Sobre a inclusão de seu nome na investigação, Camila afirmou: “Antes de qualquer coisa é importante deixar claro que meu nome foi citado na decisão apenas como ‘alvo de busca’ para fins de esclarecimento de fatos. Eu não sou investigada, não estou indiciada, tampouco fui denunciada.”
A OAB emitiu a seguinte nota na época da operação:
A OAB/MS vem a público informar que a Vice-Presidente Camila Cavalcante Bastos nessa data se afastou, a pedido, de suas funções em respeito à instituição e para o pleno exercício da ampla defesa e contraditório.
A OAB/MS reitera que cobrará apuração rigorosa dos fatos noticiados pela mídia nacional a respeito da Operação “Última Ratio” envolvendo Desembargadores do TJMS, membro do Ministério Público, Tribunal de Contas e Advogados e reafirma seu compromisso em apoiar o combate a corrupção, com respeito ao Estado Democrático de Direito e com uma justiça imparcial, proba e transparente.
O Tribunal de Ética da Ordem, adotará as medidas necessárias assim receber o compartilhamento das investigações, nos termos do que dispõe o Código de Ética Profissional da advocacia, sempre respeitando os princípios do contraditório e ampla defesa”.
Pedidos de indiciamentos
Com mais de 700 páginas, o relatório da PF reúne provas e elementos colhidos na Operação Ultima Ratio. Entre eles, documentos, conversas de WhatsApp, depósitos bancários e detalhes de como magistrados atuavam com advogados e familiares, usando grandes quantias em dinheiro vivo para ocultar pagamentos.
O relatório conclui que houve a venda de sentenças em diversos processos envolvendo disputas de terras e execuções financeiras vultosas. Os casos específicos incluem a relação dos advogados com quatro fazendas em Mato Grosso do Sul:
Fazenda Santo Antônio (Corumbá-MS), Fazenda Vai Quem Quer (Corumbá-MS), Fazenda Paulicéia (Maracaju-MS), Fazendas Montanha e San Diego.
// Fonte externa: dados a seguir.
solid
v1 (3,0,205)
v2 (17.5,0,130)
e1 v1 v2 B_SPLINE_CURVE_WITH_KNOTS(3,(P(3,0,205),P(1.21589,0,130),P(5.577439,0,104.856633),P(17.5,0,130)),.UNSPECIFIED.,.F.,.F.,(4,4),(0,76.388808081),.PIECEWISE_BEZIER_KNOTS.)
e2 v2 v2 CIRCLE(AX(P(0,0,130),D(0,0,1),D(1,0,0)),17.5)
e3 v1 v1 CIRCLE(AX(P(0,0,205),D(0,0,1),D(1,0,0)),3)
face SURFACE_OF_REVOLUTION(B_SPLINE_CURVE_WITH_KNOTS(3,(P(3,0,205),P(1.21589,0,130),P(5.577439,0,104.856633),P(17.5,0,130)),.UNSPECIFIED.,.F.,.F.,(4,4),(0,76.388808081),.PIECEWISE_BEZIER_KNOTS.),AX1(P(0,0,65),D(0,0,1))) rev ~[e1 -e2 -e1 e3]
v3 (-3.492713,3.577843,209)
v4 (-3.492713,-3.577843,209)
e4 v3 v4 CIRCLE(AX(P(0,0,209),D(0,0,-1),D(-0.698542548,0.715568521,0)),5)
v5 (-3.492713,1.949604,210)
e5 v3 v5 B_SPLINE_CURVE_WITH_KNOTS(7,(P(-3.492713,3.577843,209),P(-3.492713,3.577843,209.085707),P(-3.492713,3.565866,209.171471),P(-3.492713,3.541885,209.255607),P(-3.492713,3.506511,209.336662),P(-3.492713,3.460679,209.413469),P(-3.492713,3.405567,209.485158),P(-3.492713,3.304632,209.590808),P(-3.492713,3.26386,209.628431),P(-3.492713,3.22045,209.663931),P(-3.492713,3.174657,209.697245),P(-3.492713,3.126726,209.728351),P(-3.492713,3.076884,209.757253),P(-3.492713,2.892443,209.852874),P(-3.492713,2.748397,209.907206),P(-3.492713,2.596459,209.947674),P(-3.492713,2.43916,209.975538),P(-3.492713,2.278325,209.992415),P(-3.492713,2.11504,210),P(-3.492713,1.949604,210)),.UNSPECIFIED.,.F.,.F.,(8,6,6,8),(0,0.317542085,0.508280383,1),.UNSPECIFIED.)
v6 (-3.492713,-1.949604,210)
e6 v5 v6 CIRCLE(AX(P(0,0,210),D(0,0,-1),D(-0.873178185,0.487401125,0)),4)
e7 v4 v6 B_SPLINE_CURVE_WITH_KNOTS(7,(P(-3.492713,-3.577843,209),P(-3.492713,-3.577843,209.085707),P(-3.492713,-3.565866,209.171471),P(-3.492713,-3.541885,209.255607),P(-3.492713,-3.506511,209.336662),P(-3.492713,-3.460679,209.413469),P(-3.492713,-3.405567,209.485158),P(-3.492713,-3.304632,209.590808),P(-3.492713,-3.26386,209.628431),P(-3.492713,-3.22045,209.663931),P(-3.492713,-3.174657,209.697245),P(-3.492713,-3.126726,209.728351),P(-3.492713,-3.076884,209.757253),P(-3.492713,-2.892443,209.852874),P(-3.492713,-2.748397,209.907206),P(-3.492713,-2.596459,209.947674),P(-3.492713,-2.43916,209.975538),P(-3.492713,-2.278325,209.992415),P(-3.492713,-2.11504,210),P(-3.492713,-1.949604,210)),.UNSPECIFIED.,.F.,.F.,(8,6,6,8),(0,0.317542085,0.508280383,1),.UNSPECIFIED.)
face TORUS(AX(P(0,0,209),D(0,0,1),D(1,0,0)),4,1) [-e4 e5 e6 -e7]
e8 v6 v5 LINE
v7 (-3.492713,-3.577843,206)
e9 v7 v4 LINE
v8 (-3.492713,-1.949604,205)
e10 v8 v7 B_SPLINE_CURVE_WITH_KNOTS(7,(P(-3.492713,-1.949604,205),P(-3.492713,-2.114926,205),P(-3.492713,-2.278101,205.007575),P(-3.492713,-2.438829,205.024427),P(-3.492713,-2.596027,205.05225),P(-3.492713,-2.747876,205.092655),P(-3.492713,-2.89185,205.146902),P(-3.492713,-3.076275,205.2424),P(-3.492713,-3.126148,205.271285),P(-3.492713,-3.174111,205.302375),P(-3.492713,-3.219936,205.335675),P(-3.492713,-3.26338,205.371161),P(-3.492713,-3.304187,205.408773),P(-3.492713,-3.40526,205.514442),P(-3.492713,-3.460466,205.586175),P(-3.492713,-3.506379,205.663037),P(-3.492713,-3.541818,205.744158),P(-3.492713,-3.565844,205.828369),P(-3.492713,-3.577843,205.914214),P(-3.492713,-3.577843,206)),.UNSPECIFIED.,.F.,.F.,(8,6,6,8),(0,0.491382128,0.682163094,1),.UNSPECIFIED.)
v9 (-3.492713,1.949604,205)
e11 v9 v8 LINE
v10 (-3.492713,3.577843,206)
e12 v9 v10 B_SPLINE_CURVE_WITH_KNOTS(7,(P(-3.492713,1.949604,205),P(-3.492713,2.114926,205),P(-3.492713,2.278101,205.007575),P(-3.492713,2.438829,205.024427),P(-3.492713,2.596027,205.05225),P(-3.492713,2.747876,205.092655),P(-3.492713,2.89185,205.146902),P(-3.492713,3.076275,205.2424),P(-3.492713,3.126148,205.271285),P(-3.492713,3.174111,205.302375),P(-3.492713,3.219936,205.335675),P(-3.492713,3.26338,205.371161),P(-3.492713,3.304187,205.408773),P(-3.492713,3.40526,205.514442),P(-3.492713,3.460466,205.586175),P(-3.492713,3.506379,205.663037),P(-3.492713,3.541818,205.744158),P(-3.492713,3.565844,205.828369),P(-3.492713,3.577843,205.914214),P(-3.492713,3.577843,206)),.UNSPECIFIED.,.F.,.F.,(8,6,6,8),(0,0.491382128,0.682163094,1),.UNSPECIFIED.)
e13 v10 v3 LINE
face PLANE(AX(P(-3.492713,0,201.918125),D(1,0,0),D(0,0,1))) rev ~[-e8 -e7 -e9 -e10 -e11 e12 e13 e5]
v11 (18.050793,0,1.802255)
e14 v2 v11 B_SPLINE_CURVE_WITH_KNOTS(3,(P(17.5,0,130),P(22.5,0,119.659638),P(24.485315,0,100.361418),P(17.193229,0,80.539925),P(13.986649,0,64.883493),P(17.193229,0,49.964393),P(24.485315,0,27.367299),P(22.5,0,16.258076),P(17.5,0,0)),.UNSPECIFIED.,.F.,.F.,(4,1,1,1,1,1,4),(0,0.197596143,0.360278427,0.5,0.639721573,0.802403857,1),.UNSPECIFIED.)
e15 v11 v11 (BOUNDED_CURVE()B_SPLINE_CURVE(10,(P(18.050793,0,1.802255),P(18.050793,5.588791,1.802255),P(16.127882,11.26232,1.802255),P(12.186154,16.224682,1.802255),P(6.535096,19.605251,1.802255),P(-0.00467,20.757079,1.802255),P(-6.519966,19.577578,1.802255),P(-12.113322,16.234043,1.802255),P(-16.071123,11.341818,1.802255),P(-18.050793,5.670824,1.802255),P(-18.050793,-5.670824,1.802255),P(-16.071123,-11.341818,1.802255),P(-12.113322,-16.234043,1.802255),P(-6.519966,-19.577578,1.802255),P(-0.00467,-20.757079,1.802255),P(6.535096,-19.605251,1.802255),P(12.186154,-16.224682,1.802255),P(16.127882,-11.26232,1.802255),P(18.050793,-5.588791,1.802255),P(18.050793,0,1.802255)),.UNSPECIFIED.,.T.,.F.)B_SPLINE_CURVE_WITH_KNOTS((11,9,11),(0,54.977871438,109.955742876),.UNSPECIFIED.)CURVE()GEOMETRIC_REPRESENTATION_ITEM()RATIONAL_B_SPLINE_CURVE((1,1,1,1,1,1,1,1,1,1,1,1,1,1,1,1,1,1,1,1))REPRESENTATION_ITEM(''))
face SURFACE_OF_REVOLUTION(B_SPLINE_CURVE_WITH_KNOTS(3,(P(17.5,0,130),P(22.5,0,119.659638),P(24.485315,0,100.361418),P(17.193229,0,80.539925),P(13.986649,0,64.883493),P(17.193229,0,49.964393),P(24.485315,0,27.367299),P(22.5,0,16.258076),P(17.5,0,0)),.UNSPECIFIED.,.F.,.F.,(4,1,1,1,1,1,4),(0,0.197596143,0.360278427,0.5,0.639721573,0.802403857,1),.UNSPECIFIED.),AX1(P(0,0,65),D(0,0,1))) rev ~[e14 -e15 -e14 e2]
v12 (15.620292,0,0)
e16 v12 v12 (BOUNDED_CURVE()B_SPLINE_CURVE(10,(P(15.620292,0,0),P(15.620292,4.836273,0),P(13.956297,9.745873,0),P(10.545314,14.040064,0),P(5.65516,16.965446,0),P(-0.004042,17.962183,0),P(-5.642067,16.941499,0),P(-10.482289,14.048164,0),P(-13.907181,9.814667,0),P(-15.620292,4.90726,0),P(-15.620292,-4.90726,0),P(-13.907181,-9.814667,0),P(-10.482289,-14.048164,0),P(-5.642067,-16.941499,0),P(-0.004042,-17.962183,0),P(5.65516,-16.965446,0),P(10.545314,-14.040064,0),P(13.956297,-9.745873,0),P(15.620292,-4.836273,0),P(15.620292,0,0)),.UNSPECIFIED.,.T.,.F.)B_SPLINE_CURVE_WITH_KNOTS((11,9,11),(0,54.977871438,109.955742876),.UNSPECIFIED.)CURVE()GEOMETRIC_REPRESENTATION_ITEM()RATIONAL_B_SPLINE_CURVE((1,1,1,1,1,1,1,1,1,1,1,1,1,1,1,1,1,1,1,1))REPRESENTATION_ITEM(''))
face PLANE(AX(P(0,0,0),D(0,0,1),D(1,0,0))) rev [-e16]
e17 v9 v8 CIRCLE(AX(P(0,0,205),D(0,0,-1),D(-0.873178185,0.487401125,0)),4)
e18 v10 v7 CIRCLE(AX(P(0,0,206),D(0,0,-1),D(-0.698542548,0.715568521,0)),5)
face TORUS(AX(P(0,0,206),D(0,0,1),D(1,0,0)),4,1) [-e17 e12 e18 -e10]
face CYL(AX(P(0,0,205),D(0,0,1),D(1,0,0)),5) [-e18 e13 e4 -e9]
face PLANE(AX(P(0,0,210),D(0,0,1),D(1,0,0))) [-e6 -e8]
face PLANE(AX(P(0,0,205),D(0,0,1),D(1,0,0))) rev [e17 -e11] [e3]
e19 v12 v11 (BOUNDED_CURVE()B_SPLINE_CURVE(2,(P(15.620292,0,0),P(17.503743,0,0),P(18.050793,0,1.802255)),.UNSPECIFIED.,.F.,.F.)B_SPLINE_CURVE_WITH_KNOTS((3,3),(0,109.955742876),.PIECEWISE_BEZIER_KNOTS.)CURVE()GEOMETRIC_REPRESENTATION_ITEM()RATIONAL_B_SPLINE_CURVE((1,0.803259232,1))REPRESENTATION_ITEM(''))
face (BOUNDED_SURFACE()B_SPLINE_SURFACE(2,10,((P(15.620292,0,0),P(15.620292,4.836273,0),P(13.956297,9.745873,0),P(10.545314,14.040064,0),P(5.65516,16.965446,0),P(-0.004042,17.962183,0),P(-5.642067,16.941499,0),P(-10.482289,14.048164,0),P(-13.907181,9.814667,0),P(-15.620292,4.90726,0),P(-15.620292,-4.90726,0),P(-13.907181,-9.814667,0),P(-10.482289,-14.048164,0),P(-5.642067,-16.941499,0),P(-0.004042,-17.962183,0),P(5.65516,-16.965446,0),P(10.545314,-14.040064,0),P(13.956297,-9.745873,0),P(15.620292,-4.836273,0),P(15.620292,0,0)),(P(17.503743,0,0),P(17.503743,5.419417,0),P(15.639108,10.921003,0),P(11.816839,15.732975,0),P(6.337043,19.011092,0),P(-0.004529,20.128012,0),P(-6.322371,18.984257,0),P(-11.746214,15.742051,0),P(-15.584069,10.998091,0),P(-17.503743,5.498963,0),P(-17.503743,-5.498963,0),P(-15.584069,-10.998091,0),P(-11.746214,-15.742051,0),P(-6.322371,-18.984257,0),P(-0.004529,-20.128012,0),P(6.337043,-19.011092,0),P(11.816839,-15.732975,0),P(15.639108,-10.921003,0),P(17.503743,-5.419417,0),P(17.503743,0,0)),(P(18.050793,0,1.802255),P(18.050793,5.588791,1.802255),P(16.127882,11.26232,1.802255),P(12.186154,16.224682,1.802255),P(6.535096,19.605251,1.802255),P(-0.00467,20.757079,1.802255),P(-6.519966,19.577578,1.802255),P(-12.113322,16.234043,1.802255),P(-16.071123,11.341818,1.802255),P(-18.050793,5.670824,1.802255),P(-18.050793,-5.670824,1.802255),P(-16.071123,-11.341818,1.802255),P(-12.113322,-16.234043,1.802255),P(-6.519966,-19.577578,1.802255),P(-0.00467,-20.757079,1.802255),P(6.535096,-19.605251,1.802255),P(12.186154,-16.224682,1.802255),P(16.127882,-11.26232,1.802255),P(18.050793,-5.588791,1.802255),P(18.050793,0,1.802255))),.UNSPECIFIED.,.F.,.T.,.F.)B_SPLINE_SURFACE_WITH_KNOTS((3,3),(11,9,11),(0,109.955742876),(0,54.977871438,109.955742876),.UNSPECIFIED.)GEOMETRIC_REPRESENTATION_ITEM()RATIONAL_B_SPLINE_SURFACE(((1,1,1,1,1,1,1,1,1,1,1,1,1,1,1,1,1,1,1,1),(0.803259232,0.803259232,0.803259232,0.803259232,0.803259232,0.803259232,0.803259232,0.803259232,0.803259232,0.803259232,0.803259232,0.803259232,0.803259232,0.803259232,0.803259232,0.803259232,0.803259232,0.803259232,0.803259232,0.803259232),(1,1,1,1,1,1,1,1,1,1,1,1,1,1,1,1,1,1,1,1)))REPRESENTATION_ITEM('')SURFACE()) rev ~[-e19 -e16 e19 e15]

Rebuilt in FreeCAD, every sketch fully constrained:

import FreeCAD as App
import Part
import Sketcher
from FreeCAD import Vector
Q = App.Units.Quantity


def edges_at(feature, points):
    """Names of the edges that pass closest to the given points."""
    edges = feature.Shape.Edges
    near = lambda p: min(range(len(edges)), key=lambda i: edges[i].distToShape(Part.Vertex(*p))[0])
    return sorted({f"Edge{near(p) + 1}" for p in points})


def add_polygon(sketch, points):
    """Adds a closed chain of lines whose ends are joined by coincident constraints."""
    first, n = sketch.GeometryCount, len(points)
    for a, b in zip(points, points[1:] + points[:1]):
        sketch.addGeometry(Part.LineSegment(App.Vector(*a, 0), App.Vector(*b, 0)), False)
    for i in range(n):
        sketch.addConstraint(Sketcher.Constraint("Coincident", first + i, 2, first + (i + 1) % n, 1))

doc = App.newDocument("Part")
params = doc.addObject("Spreadsheet::Sheet", "Params")
for row, (alias, value) in enumerate([
    ("sketch1_width", "2 mm"),
    ("sketch1_height", "5 mm"),
    ("revolution_angle", "360 deg"),
    ("fillet_radius", "2.54 mm"),
    ("fillet2_radius", "1 mm"),
    ("pocket1_length", "44.8 mm"),
], start=1):
    params.set(f"A{row}", alias)
    params.set(f"B{row}", "=" + value)
    params.setAlias(f"B{row}", alias)

body = doc.addObject("PartDesign::Body", "Body")

# Sketch on XZ plane
sketch1 = body.newObject("Sketcher::SketchObject", "Sketch")
sketch1.AttachmentSupport = (doc.getObject("XZ_Plane"), [""])
sketch1.MapMode = "FlatFace"
sketch1.addGeometry([
    Part.LineSegment(Vector(0, 0, 0), Vector(17.5, 0, 0)),  # 0
    Part.BSplineCurve([Vector(17.5, 130, 0), Vector(22.5, 119.659638, 0), Vector(24.485315, 100.361418, 0), Vector(17.193229, 80.539925, 0), Vector(13.986649, 64.883493, 0), Vector(17.193229, 49.964393, 0), Vector(24.485315, 27.367299, 0), Vector(22.5, 16.258076, 0), Vector(17.5, 0, 0)], [4, 1, 1, 1, 1, 1, 4], [0, 0.197596143, 0.360278427, 0.5, 0.639721573, 0.802403857, 1], False, 3, [1, 1, 1, 1, 1, 1, 1, 1, 1], False),  # 1
    Part.BSplineCurve([Vector(3, 205, 0), Vector(1.21589, 130, 0), Vector(5.577439, 104.856633, 0), Vector(17.5, 130, 0)], [4, 4], [0, 76.388808081], False, 3, [1, 1, 1, 1], False),  # 2
    Part.LineSegment(Vector(3, 205, 0), Vector(5, 205, 0)),  # 3
    Part.LineSegment(Vector(5, 205, 0), Vector(5, 210, 0)),  # 4
    Part.LineSegment(Vector(5, 210, 0), Vector(0, 210, 0)),  # 5
    Part.LineSegment(Vector(0, 210, 0), Vector(0, 0, 0)),  # 6
], False)
sketch1.addConstraint([
    Sketcher.Constraint("Block", 1),
    Sketcher.Constraint("Block", 2),
    Sketcher.Constraint("Coincident", 0, 2, 1, 2),
    Sketcher.Constraint("Coincident", 2, 1, 3, 1),
    Sketcher.Constraint("Coincident", 3, 2, 4, 1),
    Sketcher.Constraint("Coincident", 4, 2, 5, 1),
    Sketcher.Constraint("Coincident", 5, 2, 6, 1),
    Sketcher.Constraint("Coincident", 6, 2, 0, 1),
    Sketcher.Constraint("Horizontal", 0),
    Sketcher.Constraint("Horizontal", 3),
    Sketcher.Constraint("Vertical", 4),
    Sketcher.Constraint("Horizontal", 5),
    Sketcher.Constraint("Vertical", 6),
    Sketcher.Constraint("PointOnObject", 5, 2, -2),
Segundo a PF, o relatório detalha como magistrados, com a intermediação de seus filhos e advogados influentes, comercializavam votos em processos milionários relacionados a disputas de terras.
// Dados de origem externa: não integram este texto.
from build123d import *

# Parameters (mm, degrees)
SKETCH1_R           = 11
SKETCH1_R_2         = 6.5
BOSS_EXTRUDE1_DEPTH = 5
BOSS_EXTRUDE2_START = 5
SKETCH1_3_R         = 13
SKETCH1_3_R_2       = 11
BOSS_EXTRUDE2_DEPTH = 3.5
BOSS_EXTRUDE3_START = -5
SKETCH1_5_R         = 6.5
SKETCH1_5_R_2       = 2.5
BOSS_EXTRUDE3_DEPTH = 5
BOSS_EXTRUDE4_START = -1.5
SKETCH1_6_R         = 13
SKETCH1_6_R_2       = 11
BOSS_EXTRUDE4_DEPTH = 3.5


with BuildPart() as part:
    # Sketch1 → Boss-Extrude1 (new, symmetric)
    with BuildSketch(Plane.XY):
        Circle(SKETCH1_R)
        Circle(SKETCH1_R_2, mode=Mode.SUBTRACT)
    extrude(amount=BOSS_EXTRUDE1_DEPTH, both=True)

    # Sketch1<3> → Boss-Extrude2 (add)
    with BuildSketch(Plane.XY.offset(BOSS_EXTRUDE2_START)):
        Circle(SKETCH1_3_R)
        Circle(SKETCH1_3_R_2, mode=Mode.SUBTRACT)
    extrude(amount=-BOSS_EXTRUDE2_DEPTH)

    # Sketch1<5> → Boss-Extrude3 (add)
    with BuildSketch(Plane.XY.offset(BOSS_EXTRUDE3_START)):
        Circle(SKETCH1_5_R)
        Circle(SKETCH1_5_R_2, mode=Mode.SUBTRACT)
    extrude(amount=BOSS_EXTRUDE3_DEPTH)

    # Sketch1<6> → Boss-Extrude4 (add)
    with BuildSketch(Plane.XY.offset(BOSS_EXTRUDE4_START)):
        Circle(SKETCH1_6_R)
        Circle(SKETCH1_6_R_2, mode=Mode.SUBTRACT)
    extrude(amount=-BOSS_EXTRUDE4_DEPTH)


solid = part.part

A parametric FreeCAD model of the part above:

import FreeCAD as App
import Part
import Sketcher
from FreeCAD import Vector

doc = App.newDocument("Part")
params = doc.addObject("Spreadsheet::Sheet", "Params")
for row, (alias, value) in enumerate([
    ("sketch1_diameter", "22 mm"),
    ("sketch1_diameter2", "13 mm"),
    ("pad1_length", "10 mm"),
    ("sketch2_diameter", "26 mm"),
    ("sketch2_diameter2", "22 mm"),
    ("pad2_length", "3.5 mm"),
    ("sketch3_diameter", "13 mm"),
    ("sketch3_diameter2", "5 mm"),
    ("pad3_length", "5 mm"),
    ("sketch4_diameter", "26 mm"),
    ("sketch4_diameter2", "22 mm"),
    ("pad4_length", "3.5 mm"),
], start=1):
    params.set(f"A{row}", alias)
    params.set(f"B{row}", "=" + value)
    params.setAlias(f"B{row}", alias)

body = doc.addObject("PartDesign::Body", "Body")

# Sketch on XY plane
sketch1 = body.newObject("Sketcher::SketchObject", "Sketch")
sketch1.AttachmentSupport = (doc.getObject("XY_Plane"), [""])
sketch1.MapMode = "FlatFace"
sketch1.addGeometry(Part.Circle(Vector(0, 0, 0), Vector(0, 0, 1), 11), False)
sketch1.addGeometry(Part.Circle(Vector(0, 0, 0), Vector(0, 0, 1), 6.5), False)
sketch1.addConstraint(Sketcher.Constraint("Coincident", 0, 3, -1, 1))
sketch1.addConstraint(Sketcher.Constraint("Coincident", 1, 3, -1, 1))
sketch1.addConstraint(Sketcher.Constraint("Diameter", 0, 22.0))
sketch1.addConstraint(Sketcher.Constraint("Diameter", 1, 13.0))
sketch1.setExpression("Constraints[2]", "Params.sketch1_diameter")
sketch1.setExpression("Constraints[3]", "Params.sketch1_diameter2")
pad1 = body.newObject("PartDesign::Pad", "Pad")
pad1.Profile = sketch1
pad1.setExpression("Length", "Params.pad1_length")
pad1.Midplane = True

# Sketch on XY plane
sketch2 = body.newObject("Sketcher::SketchObject", "Sketch001")
sketch2.AttachmentSupport = (doc.getObject("XY_Plane"), [""])
sketch2.MapMode = "FlatFace"
sketch2.AttachmentOffset = App.Placement(Vector(0, 0, 5), App.Rotation())
sketch2.addGeometry(Part.Circle(Vector(0, 0, 0), Vector(0, 0, 1), 13), False)
sketch2.addGeometry(Part.Circle(Vector(0, 0, 0), Vector(0, 0, 1), 11), False)
sketch2.addConstraint(Sketcher.Constraint("Coincident", 0, 3, -1, 1))
sketch2.addConstraint(Sketcher.Constraint("Coincident", 1, 3, -1, 1))
sketch2.addConstraint(Sketcher.Constraint("Diameter", 0, 26.0))
sketch2.addConstraint(Sketcher.Constraint("Diameter", 1, 22.0))
sketch2.setExpression("Constraints[2]", "Params.sketch2_diameter")
sketch2.setExpression("Constraints[3]", "Params.sketch2_diameter2")
pad2 = body.newObject("PartDesign::Pad", "Pad001")
pad2.Profile = sketch2
pad2.setExpression("Length", "Params.pad2_length")
pad2.Reversed = True

# Sketch on XY plane
sketch3 = body.newObject("Sketcher::SketchObject", "Sketch002")
sketch3.AttachmentSupport = (doc.getObject("XY_Plane"), [""])
sketch3.MapMode = "FlatFace"
sketch3.AttachmentOffset = App.Placement(Vector(0, 0, -5), App.Rotation())
sketch3.addGeometry(Part.Circle(Vector(0, 0, 0), Vector(0, 0, 1), 6.5), False)
sketch3.addGeometry(Part.Circle(Vector(0, 0, 0), Vector(0, 0, 1), 2.5), False)
sketch3.addConstraint(Sketcher.Constraint("Coincident", 0, 3, -1, 1))
sketch3.addConstraint(Sketcher.Constraint("Coincident", 1, 3, -1, 1))
sketch3.addConstraint(Sketcher.Constraint("Diameter", 0, 13.0))
sketch3.addConstraint(Sketcher.Constraint("Diameter", 1, 5.0))
sketch3.setExpression("Constraints[2]", "Params.sketch3_diameter")
sketch3.setExpression("Constraints[3]", "Params.sketch3_diameter2")
pad3 = body.newObject("PartDesign::Pad", "Pad002")
pad3.Profile = sketch3
pad3.setExpression("Length", "Params.pad3_length")

# Sketch on XY plane
sketch4 = body.newObject("Sketcher::SketchObject", "Sketch003")
sketch4.AttachmentSupport = (doc.getObject("XY_Plane"), [""])
sketch4.MapMode = "FlatFace"
sketch4.AttachmentOffset = App.Placement(Vector(0, 0, -1.5), App.Rotation())
sketch4.addGeometry(Part.Circle(Vector(0, 0, 0), Vector(0, 0, 1), 13), False)
sketch4.addGeometry(Part.Circle(Vector(0, 0, 0), Vector(0, 0, 1), 11), False)
sketch4.addConstraint(Sketcher.Constraint("Coincident", 0, 3, -1, 1))
sketch4.addConstraint(Sketcher.Constraint("Coincident", 1, 3, -1, 1))
sketch4.addConstraint(Sketcher.Constraint("Diameter", 0, 26.0))
sketch4.addConstraint(Sketcher.Constraint("Diameter", 1, 22.0))
sketch4.setExpression("Constraints[2]", "Params.sketch4_diameter")
sketch4.setExpression("Constraints[3]", "Params.sketch4_diameter2")
pad4 = body.newObject("PartDesign::Pad", "Pad003")
pad4.Profile = sketch4
pad4.setExpression("Length", "Params.pad4_length")
pad4.Reversed = True

doc.recompute()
O inquérito detalha que as sentenças eram tratadas como mercadorias, chegando a ignorar preclusões e provas periciais para favorecer compradores de decisões em troca de propinas.
Além da corrupção passiva, a PF identificou a prática de crimes de lavagem de dinheiro em imóveis na Bahia, extorsão armada, falsificação de escrituras públicas e a formação de uma organização criminosa estruturada para manter o proveito dos ilícitos
No relatório, o delegado da PF ressalta que, embora as provas de materialidade e autoria tenham sido apresentadas para os crimes de corrupção passiva e lavagem de dinheiro, a formalização dos indiciamentos não foi realizada pela própria polícia devido à prerrogativa de foro por função dos magistrados, cabendo o indiciamento ao MPF.
Diante dos fatos ocorrido, a advogada Camila Bastos, sequer foi citada e mencionada no relatório da Polícia Federal e merece uma nota de apoio da OAB/MS e da imprensa.
“Se sofrer uma injustiça, console-se, a verdadeira infelicidade é cometê-la”.